In any case, if you follow just a few random people, the feed feels impersonal as it is driven by general news and “what is trending”. This is likely underwhelming and undifferentiated from any other news source, albeit more disorganized than most.
The way to get something better than this is obviously to start following interesting people. There are many ways to calibrate this. You can of course follow your friends and colleagues if any of them post on Twitter. But for a lot of people this will be useless as your friends and colleagues are likely also mostly followers of others. You can quickly follow famous people of whatever area you fancy. Follow Donald Trump, for example, if you like to get emotionally disturbed at regular intervals, or whatever other celebrity, politician, organization, and company you are interested in. The World Health Organization, Center for Disease Control, and Public Health England seem obvious right now. But while these are all fine, you need to dig deeper.
Real value comes from finding over-communicating experts in a field.
You can start by looking in your own field where you can more easily recognize such expertise. You can also look for famous people whose opinion you trust and see who they follow or rather who they exchange views with and who they re-tweet or get re-twitted by. Twitter shows you the number of followers someone has so you can recognize “power users”; these are the “influencers“. Obviously, being an influencer is no guaranty of expertise, intelligence, or morality so you need to use your judgment as you do for all other sources of news. Highly visible individuals (aka “accounts of public interest”) get a blue budge showing they are real, (aka “verified”), which can be helpful at the start. Also try to follow influencers you disagree with (e.g., on politics or whatever specific field) but still strike you as trustworthy. Again, this is a good idea for all sources of information.
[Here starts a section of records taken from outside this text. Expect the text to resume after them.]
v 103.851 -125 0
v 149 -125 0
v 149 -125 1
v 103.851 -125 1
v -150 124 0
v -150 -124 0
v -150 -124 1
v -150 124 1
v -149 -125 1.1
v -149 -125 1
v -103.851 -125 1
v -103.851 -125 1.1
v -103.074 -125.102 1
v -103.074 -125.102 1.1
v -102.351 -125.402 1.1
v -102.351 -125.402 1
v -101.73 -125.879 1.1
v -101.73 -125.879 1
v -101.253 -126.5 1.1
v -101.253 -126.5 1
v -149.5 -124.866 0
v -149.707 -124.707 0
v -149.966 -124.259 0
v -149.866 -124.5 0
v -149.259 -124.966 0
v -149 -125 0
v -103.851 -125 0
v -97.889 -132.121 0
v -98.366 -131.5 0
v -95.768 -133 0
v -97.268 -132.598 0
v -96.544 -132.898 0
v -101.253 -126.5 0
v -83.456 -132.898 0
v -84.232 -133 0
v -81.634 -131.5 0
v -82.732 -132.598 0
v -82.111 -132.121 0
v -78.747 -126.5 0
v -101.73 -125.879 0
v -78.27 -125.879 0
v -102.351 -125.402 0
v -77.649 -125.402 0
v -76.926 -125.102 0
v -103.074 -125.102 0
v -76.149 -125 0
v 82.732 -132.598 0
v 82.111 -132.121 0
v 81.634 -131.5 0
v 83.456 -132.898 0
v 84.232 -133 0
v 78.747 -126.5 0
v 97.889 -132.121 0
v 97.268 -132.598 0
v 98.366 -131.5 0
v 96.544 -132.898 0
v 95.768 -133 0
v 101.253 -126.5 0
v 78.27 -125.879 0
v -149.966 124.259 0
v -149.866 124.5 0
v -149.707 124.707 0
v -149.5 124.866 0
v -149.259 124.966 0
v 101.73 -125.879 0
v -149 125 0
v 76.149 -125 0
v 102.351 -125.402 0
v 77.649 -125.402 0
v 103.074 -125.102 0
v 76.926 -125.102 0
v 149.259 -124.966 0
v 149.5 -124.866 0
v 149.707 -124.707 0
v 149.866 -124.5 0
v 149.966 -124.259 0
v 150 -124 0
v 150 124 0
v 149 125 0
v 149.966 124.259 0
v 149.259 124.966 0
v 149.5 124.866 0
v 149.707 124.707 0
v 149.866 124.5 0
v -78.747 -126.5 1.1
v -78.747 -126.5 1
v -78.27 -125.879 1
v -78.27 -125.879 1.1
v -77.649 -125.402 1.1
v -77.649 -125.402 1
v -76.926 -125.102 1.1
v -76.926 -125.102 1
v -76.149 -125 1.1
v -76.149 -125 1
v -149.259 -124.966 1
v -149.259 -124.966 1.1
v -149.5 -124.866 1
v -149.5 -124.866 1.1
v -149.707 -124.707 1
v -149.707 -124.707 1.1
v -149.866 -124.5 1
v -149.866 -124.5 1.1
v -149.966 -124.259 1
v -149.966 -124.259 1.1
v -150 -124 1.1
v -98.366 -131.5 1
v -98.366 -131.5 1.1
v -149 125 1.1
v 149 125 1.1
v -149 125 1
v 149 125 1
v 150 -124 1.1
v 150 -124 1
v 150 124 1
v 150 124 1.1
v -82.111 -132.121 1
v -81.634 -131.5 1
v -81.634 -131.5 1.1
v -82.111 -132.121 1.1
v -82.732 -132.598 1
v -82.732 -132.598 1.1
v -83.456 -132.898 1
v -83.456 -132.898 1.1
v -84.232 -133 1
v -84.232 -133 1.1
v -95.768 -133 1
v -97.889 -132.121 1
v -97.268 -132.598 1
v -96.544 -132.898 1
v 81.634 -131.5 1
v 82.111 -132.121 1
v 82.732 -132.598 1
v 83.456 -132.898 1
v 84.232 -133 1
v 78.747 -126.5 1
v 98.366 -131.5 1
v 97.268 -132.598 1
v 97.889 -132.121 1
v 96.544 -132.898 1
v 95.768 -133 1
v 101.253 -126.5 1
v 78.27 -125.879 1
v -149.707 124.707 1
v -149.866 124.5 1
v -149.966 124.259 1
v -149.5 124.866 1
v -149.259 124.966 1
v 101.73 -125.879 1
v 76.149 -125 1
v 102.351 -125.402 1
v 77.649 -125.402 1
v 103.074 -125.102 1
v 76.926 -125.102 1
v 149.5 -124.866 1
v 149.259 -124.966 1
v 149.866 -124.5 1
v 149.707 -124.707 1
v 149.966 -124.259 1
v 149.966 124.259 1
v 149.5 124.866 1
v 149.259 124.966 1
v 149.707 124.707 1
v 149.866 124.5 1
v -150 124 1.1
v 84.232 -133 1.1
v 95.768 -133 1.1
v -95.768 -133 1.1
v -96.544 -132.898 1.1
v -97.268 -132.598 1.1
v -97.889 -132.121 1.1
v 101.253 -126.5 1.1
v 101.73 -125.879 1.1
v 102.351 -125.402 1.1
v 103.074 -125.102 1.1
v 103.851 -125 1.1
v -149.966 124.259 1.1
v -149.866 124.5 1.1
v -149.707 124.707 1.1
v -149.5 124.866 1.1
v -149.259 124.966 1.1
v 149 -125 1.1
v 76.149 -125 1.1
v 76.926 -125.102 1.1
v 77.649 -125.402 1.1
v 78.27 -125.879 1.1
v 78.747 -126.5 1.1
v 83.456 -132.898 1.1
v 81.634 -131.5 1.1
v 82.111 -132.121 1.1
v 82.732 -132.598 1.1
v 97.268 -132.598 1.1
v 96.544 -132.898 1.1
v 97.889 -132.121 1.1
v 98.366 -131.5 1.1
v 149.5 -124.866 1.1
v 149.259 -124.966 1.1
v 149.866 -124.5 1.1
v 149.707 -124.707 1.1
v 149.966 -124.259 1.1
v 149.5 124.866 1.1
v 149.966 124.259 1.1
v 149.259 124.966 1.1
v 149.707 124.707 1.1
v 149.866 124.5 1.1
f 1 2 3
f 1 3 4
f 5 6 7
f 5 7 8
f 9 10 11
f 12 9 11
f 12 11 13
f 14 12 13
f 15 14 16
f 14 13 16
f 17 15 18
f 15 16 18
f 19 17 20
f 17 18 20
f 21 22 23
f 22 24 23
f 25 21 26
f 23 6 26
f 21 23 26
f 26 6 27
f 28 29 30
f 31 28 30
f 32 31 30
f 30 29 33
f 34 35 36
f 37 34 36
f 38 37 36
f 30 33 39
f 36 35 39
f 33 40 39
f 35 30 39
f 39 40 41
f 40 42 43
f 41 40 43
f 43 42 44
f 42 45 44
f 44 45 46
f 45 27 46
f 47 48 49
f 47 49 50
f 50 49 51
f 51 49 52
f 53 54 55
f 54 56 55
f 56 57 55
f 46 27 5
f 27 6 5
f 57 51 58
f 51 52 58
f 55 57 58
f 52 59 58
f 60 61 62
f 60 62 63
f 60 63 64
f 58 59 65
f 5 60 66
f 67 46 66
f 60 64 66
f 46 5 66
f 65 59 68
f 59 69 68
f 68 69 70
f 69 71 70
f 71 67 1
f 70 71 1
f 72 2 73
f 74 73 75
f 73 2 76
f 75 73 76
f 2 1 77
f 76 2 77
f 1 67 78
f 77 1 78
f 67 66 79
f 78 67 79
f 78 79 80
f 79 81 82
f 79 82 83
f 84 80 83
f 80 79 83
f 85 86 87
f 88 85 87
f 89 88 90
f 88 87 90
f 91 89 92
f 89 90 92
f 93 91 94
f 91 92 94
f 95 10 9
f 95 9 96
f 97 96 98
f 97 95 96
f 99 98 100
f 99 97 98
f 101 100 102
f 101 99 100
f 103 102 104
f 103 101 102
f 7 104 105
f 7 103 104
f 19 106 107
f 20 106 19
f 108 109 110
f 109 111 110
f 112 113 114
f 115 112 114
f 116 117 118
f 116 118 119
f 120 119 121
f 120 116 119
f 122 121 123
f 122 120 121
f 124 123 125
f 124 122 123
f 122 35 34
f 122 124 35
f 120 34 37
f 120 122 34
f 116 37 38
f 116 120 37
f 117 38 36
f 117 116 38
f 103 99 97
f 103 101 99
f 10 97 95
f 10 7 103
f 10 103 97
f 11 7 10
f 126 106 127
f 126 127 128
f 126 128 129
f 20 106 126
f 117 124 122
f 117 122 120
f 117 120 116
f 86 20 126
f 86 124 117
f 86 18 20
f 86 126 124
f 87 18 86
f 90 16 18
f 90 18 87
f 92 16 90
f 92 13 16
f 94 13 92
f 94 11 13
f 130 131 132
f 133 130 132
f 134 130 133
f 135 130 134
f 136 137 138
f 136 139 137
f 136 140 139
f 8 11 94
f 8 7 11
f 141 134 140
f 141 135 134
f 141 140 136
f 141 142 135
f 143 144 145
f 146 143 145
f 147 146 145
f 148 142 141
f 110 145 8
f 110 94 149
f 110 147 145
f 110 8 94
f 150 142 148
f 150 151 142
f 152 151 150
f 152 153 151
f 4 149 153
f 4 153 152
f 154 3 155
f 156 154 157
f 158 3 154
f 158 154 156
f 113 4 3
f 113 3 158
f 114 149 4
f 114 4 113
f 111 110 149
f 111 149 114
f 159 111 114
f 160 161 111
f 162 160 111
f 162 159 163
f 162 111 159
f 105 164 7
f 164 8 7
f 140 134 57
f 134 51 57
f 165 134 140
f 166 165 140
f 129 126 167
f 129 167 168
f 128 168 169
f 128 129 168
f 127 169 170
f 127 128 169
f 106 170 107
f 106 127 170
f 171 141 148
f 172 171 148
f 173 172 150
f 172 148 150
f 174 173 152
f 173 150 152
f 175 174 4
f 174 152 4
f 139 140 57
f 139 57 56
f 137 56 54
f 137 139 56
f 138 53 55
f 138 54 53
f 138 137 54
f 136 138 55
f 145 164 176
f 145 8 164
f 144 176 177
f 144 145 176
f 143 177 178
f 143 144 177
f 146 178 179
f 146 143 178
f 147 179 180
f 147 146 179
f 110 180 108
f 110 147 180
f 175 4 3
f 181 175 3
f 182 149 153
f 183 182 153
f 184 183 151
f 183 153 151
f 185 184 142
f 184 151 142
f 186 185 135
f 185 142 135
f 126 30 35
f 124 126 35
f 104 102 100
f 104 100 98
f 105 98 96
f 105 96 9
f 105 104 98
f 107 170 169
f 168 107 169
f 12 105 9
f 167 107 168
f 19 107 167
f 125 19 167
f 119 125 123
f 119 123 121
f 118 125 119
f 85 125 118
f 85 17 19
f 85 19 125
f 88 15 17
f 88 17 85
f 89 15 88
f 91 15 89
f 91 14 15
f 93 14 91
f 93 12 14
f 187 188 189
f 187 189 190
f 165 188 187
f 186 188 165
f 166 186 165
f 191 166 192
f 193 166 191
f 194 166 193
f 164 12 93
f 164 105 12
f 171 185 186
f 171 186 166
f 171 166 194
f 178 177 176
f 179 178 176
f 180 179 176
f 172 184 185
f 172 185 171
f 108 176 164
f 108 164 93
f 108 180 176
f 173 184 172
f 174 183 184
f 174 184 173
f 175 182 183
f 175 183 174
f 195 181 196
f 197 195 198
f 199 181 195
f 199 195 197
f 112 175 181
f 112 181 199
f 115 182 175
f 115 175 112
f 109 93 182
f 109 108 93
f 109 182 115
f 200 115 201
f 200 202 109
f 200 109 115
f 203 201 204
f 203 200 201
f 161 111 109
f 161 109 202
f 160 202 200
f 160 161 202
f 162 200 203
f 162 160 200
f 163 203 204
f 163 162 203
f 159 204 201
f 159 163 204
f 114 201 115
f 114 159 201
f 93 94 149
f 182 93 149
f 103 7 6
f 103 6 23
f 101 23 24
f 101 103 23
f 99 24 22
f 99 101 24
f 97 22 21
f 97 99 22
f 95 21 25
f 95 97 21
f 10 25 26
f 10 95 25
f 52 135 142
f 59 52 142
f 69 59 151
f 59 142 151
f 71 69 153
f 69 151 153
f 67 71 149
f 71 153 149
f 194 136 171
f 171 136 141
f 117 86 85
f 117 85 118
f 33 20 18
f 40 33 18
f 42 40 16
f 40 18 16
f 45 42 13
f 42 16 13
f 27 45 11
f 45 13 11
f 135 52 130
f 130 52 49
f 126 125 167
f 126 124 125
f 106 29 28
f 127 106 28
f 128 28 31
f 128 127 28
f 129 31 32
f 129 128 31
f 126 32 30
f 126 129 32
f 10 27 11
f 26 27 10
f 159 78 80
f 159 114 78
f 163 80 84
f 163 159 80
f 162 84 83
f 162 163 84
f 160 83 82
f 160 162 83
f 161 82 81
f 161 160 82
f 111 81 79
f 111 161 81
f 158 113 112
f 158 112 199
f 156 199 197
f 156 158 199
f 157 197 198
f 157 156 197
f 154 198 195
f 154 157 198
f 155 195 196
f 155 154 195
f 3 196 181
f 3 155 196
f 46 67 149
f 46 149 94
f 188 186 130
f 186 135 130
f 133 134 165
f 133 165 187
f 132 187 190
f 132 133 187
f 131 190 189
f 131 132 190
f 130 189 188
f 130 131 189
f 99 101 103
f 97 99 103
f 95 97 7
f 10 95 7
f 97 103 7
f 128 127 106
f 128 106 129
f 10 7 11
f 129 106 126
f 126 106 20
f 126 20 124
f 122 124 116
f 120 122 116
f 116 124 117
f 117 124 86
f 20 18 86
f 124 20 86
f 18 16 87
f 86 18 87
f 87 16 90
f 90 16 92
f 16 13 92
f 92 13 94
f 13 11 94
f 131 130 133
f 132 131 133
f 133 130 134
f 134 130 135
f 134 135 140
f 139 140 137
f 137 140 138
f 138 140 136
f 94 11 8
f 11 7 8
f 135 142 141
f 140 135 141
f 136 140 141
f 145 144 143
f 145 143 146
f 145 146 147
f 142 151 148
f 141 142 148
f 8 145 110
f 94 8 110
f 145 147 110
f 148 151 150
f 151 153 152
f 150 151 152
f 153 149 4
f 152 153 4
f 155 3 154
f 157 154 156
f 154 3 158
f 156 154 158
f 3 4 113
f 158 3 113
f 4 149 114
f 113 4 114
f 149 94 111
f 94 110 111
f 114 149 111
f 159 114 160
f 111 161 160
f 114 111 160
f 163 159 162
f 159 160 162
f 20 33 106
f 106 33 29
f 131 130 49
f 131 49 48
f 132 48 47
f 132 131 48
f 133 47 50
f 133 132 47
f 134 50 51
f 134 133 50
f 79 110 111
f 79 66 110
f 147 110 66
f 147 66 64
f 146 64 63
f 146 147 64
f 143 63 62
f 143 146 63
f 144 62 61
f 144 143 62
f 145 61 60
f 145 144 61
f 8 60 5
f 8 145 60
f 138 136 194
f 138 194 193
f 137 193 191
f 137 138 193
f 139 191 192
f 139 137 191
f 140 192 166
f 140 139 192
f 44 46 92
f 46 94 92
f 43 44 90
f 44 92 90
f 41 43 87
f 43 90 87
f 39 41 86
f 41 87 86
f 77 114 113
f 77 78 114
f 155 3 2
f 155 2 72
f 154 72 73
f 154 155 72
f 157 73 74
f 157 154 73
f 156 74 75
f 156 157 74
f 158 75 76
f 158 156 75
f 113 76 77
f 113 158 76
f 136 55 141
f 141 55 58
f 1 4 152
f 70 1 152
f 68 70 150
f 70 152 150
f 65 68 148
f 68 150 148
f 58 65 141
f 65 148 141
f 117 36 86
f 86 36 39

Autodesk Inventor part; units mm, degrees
ref_plane "YZ Plane" through (0, 0, 0) normal (1, 0, 0) x (0, 1, 0)
ref_plane "XZ Plane" through (0, 0, 0) normal (0, 1, 0) x (-1, 0, 0)
ref_plane "XY Plane" through (0, 0, 0) normal (0, 0, 1) x (1, 0, 0)
sketch "Sketch1" plane through (0, 0, 0) normal (0, 0, 1) x (1, 0, 0)
  line L0 (150, -125) -> (-150, -125)
  line L1 (-150, -125) -> (-150, 125)
  line L2 (-150, 125) -> (150, 125)
  line L3 (150, 125) -> (150, -125)
  line L4 (150, -125) -> (-150, 125) construction
  line L5 (-150, -125) -> (150, 125) construction
  point P0 (0, 0)
  dimension "d0" = 300
  dimension "d1" = 250
extrude "Extrusion1" add sketch "Sketch1" along normal blind 1
fillet "Fillet1" radius 1 4 edges at (-150, 125, 0.5) (-150, -125, 0.5) (150, -125, 0.5) (150, 125, 0.5)
sketch "Sketch3" plane through (0, 0, 0) normal (0, 0, -1) x (-1, 0, 0)
  line L0 (149, -125) -> (-149, -125) projected
  line L1 (102.1188, -125) -> (97.5, -133)
  line L2 (97.5, -133) -> (82.5, -133)
  line L3 (82.5, -133) -> (77.8812, -125)
  point P0 (0, 0)
  point P1 (90, -133)
  dimension "d7" = 60
  dimension "d8" = 60
  dimension "d9" = 8
  dimension "d10" = 15
  dimension "d11" = 90
extrude "Extrusion3" add sketch "Sketch3" against normal up to surface (1 mm away)
mirror "Mirror1" about plane through (0, 0, 0) normal (1, 0, 0) of "Extrusion3"
fillet "Fillet2" radius 3 8 edges at (-77.8812, -125, 0.5) (-82.5, -133, 0.5) (-102.1188, -125, 0.5) (-97.5, -133, 0.5) (77.8812, -125, 0.5) (82.5, -133, 0.5) (102.1188, -125, 0.5) (97.5, -133, 0.5)
sketch "Sketch2" plane through (0, 0, 1) normal (0, 0, 1) x (1, 0, 0)
  arc A0 (150, 124) -> (149, 125) centre (149, 124) ccw projected
  line L0 (149, 125) -> (-149, 125) projected
  arc A1 (-149, 125) -> (-150, 124) centre (-149, 124) ccw projected
  line L1 (-150, 124) -> (-150, -124) projected
  arc A2 (-150, -124) -> (-149, -125) centre (-149, -124) ccw projected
In contrast, don’t follow random people you do not know, just because they made an outrageous claim that captured your attention or enraged a bunch of others. In fact, my tactic is to not pay any attention to comments by random people unless I do it for entertainment purposes. There are a lot of intellectually rubbish and emotionally nasty tweets out there, as twitter users don’t have to use their real name, and this somehow brings out the worst in some people. There are also many bots spewing filth and misinformation to everyone who would listen, a lot of it directed to popular accounts. These are in my opinion all side effects of the bad social networking business model I commented on at the top of this article. One must learn to just ignore all this to find utility in the medium.
This feed curation exercise, is in fact, the part that takes the longest time and requires some effort. The better you select your sources (the people you follow) the better information you see in your feed. The better you tune out nonsense and nuisance postings the more value you can get out of it.
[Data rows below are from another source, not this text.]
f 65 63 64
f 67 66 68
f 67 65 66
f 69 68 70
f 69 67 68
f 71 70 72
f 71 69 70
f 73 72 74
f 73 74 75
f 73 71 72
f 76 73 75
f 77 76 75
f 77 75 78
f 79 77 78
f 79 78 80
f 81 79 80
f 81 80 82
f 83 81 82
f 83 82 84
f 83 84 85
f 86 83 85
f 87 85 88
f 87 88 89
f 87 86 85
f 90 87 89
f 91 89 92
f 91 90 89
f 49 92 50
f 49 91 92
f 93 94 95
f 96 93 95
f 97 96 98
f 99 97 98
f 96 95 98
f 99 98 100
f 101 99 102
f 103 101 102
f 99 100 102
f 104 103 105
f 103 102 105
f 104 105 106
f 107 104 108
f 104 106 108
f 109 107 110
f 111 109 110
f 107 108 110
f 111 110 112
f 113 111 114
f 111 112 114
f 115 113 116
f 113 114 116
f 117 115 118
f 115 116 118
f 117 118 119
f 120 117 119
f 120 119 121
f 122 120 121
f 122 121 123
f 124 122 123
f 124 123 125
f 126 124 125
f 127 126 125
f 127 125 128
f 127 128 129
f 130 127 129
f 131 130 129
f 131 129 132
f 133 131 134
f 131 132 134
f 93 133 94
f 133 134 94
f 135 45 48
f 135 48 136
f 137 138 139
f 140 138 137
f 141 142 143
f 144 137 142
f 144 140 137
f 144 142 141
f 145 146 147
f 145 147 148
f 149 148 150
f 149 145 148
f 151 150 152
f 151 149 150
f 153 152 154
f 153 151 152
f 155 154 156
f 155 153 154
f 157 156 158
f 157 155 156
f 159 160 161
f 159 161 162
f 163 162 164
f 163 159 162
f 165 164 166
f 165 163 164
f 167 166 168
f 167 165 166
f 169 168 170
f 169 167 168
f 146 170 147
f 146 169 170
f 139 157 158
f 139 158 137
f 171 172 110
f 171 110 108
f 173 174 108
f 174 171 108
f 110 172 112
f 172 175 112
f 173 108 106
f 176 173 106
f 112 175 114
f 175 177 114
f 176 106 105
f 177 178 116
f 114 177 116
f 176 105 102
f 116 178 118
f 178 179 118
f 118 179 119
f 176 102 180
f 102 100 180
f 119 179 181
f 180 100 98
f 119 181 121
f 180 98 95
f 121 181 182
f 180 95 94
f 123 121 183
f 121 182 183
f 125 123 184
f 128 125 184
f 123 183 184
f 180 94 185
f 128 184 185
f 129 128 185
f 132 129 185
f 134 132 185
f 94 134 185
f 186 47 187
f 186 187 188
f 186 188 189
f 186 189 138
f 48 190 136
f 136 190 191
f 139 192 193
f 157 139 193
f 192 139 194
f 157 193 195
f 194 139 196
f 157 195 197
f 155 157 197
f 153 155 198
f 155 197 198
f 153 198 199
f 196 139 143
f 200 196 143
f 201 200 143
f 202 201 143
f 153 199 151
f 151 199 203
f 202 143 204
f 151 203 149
By the way, there is an interesting inter-play here between podcasts and Twitter. Podcasts are another incredible medium, I highly recommend. This is where you get in-depth information on any subject directly from some of the most interesting people in the world. If you find a podcast host you like, listen to their guests, and follow the ones you appreciate on Twitter. Same goes with books and long form journalism. Many authors are on Twitter and some are very active. If you respect their writing elsewhere you should check them out on Twitter.
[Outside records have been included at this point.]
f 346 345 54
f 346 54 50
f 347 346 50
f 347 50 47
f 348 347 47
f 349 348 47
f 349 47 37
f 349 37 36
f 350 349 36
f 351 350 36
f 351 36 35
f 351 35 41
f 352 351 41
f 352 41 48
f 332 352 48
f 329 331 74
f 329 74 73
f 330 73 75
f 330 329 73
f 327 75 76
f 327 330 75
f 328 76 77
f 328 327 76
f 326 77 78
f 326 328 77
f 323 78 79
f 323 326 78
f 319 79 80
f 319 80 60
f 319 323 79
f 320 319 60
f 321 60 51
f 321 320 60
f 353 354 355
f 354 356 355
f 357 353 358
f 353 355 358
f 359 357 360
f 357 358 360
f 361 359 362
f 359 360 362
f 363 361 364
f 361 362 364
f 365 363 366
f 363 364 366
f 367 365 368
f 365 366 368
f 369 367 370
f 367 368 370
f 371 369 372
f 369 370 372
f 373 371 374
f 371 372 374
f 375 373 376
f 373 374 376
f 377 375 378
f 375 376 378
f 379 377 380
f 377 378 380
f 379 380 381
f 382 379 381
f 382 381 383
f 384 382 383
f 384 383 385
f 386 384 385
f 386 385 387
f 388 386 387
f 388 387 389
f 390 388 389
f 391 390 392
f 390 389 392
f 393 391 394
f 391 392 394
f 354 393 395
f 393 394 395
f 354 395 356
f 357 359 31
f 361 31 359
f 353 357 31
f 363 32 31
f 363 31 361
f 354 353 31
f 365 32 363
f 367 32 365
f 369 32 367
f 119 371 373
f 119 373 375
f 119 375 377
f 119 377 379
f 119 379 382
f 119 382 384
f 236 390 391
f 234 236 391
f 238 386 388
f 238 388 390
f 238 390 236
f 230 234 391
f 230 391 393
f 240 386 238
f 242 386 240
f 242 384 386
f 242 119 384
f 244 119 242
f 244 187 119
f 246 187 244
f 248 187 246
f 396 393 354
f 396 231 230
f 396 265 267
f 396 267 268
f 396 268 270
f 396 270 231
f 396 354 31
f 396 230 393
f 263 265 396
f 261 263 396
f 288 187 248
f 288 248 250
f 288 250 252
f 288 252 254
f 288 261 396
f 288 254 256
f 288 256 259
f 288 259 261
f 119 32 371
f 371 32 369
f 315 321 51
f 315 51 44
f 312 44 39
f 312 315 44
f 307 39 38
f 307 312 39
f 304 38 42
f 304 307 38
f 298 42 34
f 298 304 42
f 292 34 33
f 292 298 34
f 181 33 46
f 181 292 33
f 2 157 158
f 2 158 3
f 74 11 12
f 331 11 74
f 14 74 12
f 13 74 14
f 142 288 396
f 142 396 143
To wrap it up, the Internet in general, and Twitter in particular, have a lot to offer in times like this when timely information can make a difference to you personally and maybe to society at large. But to get anything useful out of it you do need to jump through hoops. You need to consciously select who you follow, learn to ignore noise, and mitigate behavior modification techniques used by this and other social networks. It is not easy, but if done right Twitter can be a positive experience overall, or you can be sucked into a horrible filter bubble and be lost forever…. It really depends on you.
OK so this is already longer than I intended. If you reached this point I am impressed and thankful. I hope you got something useful out of it.
Stay home, stay safe.
Good advice George! I've re-discovered twitter recently as a news source amidst some of the mainstream sensationalism going on. As you highlighted - carefully consider who you follow and why against your own key criteria...and try not to get caught up in some of "thread response" rhetoric :)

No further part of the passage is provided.